In September 2018, iSubscribed Investor Group (“iSubscribed”) approached Intersections and Loeb about a potential transaction. iSubscribed communicated with non-independent Intersections directors to discuss a possible acquisition. In late September, one of the conflicted directors allegedly proposed a share price range to iSubscribed representatives. The conflicted directors also allegedly expressed a desire to roll over “the substantial majority” of their Intersections stock.

On October 5, the Intersections board reconstituted the committee. iSubscribed made an offer to acquire Intersections at the bottom end of the previously provided share-price range in a deal that would allow the conflicted directors to roll over their Intersections equity. Less than a week later, iSubscribed increased its offer to just under the middle of the range.

On October 11, the Committee retained a new financial advisor, which terminated the engagement mere days later. The Committee found another new advisor, giving it eight days to provide a fairness opinion on the transaction. On October 29, the board adopted the committee’s approval of the transaction. Intersections filed its proxy and, in January 2019, the companies announced completion of their merger.

The Case

Plaintiff, an Intersections shareholder, brought suit challenging the merger. At the outset, the court found that the three non-committee directors—comprising half of the board that approved the transaction—were conflicted because of the roll over and other benefits they (and Loeb) received from the merger. A board can potentially cleanse a conflicted transaction, however, through the use of procedural safeguards, as stated in the seminal decision, Kahn v. M&F Worldwide Corp.. There, the Chancery Court held that business judgment review could apply to a merger proposed by a controlling shareholder if it was conditioned “ab initio” on two procedural protections: (1) the approval of an independent special committee, and (2) the fully informed and uncoerced vote of a majority of minority stockholders. The question before the Chancery Court in this case was whether the Intersections board adequately carried out these safeguards to restore business judgment deference. The court concluded that it had not.

The court emphasized that an independent committee must be in charge of negotiations from the beginning, in line with recent Delaware Supreme Court case Olenik v. Lodzinski. “The acquirer—as well as any interested directors—must know from the transaction’s inception that they cannot bypass the special committee.” The committee must therefore be constituted “before any substantive negotiations begin,” so that preliminary communications do not allow conflicted board members to shape the transaction.
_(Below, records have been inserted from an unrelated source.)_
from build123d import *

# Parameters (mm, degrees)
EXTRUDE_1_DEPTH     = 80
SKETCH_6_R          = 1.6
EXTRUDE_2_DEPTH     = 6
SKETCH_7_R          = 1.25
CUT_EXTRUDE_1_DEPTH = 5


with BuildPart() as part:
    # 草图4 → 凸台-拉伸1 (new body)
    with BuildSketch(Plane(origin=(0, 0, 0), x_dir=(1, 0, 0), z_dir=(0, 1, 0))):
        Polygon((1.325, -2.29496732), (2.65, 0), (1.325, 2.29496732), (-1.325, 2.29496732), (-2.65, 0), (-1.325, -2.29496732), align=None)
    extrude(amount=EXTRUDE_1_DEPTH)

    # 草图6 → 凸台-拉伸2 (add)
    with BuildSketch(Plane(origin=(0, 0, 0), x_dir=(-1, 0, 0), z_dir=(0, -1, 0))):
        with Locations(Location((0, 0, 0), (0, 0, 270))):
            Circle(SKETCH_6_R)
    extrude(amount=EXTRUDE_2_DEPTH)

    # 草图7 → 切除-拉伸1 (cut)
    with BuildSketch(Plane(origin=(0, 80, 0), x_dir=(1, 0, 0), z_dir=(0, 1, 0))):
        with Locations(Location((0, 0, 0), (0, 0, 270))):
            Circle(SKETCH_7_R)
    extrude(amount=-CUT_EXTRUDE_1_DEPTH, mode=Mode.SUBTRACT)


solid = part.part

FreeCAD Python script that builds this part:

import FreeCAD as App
import Part
import Sketcher
from FreeCAD import Vector
Q = App.Units.Quantity


def add_polygon(sketch, points):
    """Adds a closed chain of lines whose ends are joined by coincident constraints."""
    first, n = sketch.GeometryCount, len(points)
    for a, b in zip(points, points[1:] + points[:1]):
        sketch.addGeometry(Part.LineSegment(App.Vector(*a, 0), App.Vector(*b, 0)), False)
    for i in range(n):
        sketch.addConstraint(Sketcher.Constraint("Coincident", first + i, 2, first + (i + 1) % n, 1))

doc = App.newDocument("Part")
params = doc.addObject("Spreadsheet::Sheet", "Params")
for row, (alias, value) in enumerate([
    ("sketch1_width", "2.65 mm"),
    ("pad1_length", "80 mm"),
    ("sketch2_diameter", "3.2 mm"),
    ("pad2_length", "6 mm"),
    ("sketch3_diameter", "2.5 mm"),
    ("pocket1_length", "5 mm"),
], start=1):
    params.set(f"A{row}", alias)
    params.set(f"B{row}", "=" + value)
    params.setAlias(f"B{row}", alias)

body = doc.addObject("PartDesign::Body", "Body")

# Sketch on XZ plane
sketch1 = body.newObject("Sketcher::SketchObject", "Sketch")
sketch1.AttachmentSupport = (doc.getObject("XZ_Plane"), [""])
sketch1.MapMode = "FlatFace"
add_polygon(sketch1, [(1.3, 2.3), (2.6, 0), (1.3, -2.3), (-1.3, -2.3), (-2.6, 0), (-1.3, 2.3)])  # lines 0-5
sketch1.addConstraint([
    Sketcher.Constraint("Horizontal", 2),
    Sketcher.Constraint("Horizontal", 5),
    Sketcher.Constraint("Symmetric", 0, 2, 3, 2, -1, 1),
    Sketcher.Constraint("Symmetric", 1, 2, 4, 2, -1, 1),
    Sketcher.Constraint("PointOnObject", 0, 2, -1),
    Sketcher.Constraint("Parallel", 0, 3),
    Sketcher.Constraint("Vertical", 2, 2, 4, 2),
    Sketcher.Constraint("Angle", 0, Q("-60 deg")),
    Sketcher.Constraint("DistanceX", 2, 2, 2, 1, Q("2.65 mm")),
    Sketcher.Constraint("DistanceX", 3, 2, 0, 2, Q("5.3 mm")),
])
sketch1.setExpression("Constraints[14]", "Params.sketch1_width")
pad1 = body.newObject("PartDesign::Pad", "Pad")
pad1.Profile = sketch1
pad1.setExpression("Length", "Params.pad1_length")
pad1.Reversed = True

# Sketch on XZ plane
sketch2 = body.newObject("Sketcher::SketchObject", "Sketch001")
sketch2.AttachmentSupport = (doc.getObject("XZ_Plane"), [""])
sketch2.MapMode = "FlatFace"
sketch2.addGeometry(Part.Circle(Vector(0, 0, 0), Vector(0, 0, 1), 1.6), False)
sketch2.addConstraint([
    Sketcher.Constraint("Coincident", 0, 3, -1, 1),
    Sketcher.Constraint("Diameter", 0, Q("3.2 mm")),
])
sketch2.setExpression("Constraints[1]", "Params.sketch2_diameter")
pad2 = body.newObject("PartDesign::Pad", "Pad001")
pad2.Profile = sketch2
pad2.setExpression("Length", "Params.pad2_length")

# Sketch on XZ plane
sketch3 = body.newObject("Sketcher::SketchObject", "Sketch002")
sketch3.AttachmentSupport = (doc.getObject("XZ_Plane"), [""])
sketch3.MapMode = "FlatFace"
sketch3.AttachmentOffset = App.Placement(Vector(0, 0, -80), App.Rotation())
sketch3.addGeometry(Part.Circle(Vector(0, 0, 0), Vector(0, 0, 1), 1.2), False)
sketch3.addConstraint([
    Sketcher.Constraint("Coincident", 0, 3, -1, 1),
    Sketcher.Constraint("Diameter", 0, Q("2.5 mm")),
])
sketch3.setExpression("Constraints[1]", "Params.sketch3_diameter")
pocket1 = body.newObject("PartDesign::Pocket", "Pocket")
pocket1.Profile = sketch3
pocket1.setExpression("Length", "Params.pocket1_length")
pocket1.Reversed = True

doc.recompute()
Conflicted Intersections board members had given a range of acceptable share prices, creating a “price collar” that “set the field of play for the economic negotiations to come,” similar to the defendants in Olenik. The Intersections defendants argued that Olenik involved interested-party involvement over the course of months, not weeks. Vice Chancellor Glasscock reasoned, however, that the test was not time of involvement, but rather whether the involvement was sufficient to shape the economic terms of subsequent committee negotiations.

The Chancery Court additionally found that the complaint had adequately alleged that the proxy statement did not fully inform voting stockholders of all material facts. The statement failed to, among other things, explain why a previous financial advisor had not been rehired, and why the new one had suddenly cut its engagement short. Though the court reasoned that such details were not always material, it held that “[t]he compressed timing of this transaction and the fairness opinion associated with it . . . create a context in which information regarding a hired financial advisor that walks away becomes plausibly material.”

Concluding that the plaintiff adequately pled that the board’s procedural safeguards failed to ensure fairness, the court held that dismissal would be inappropriate.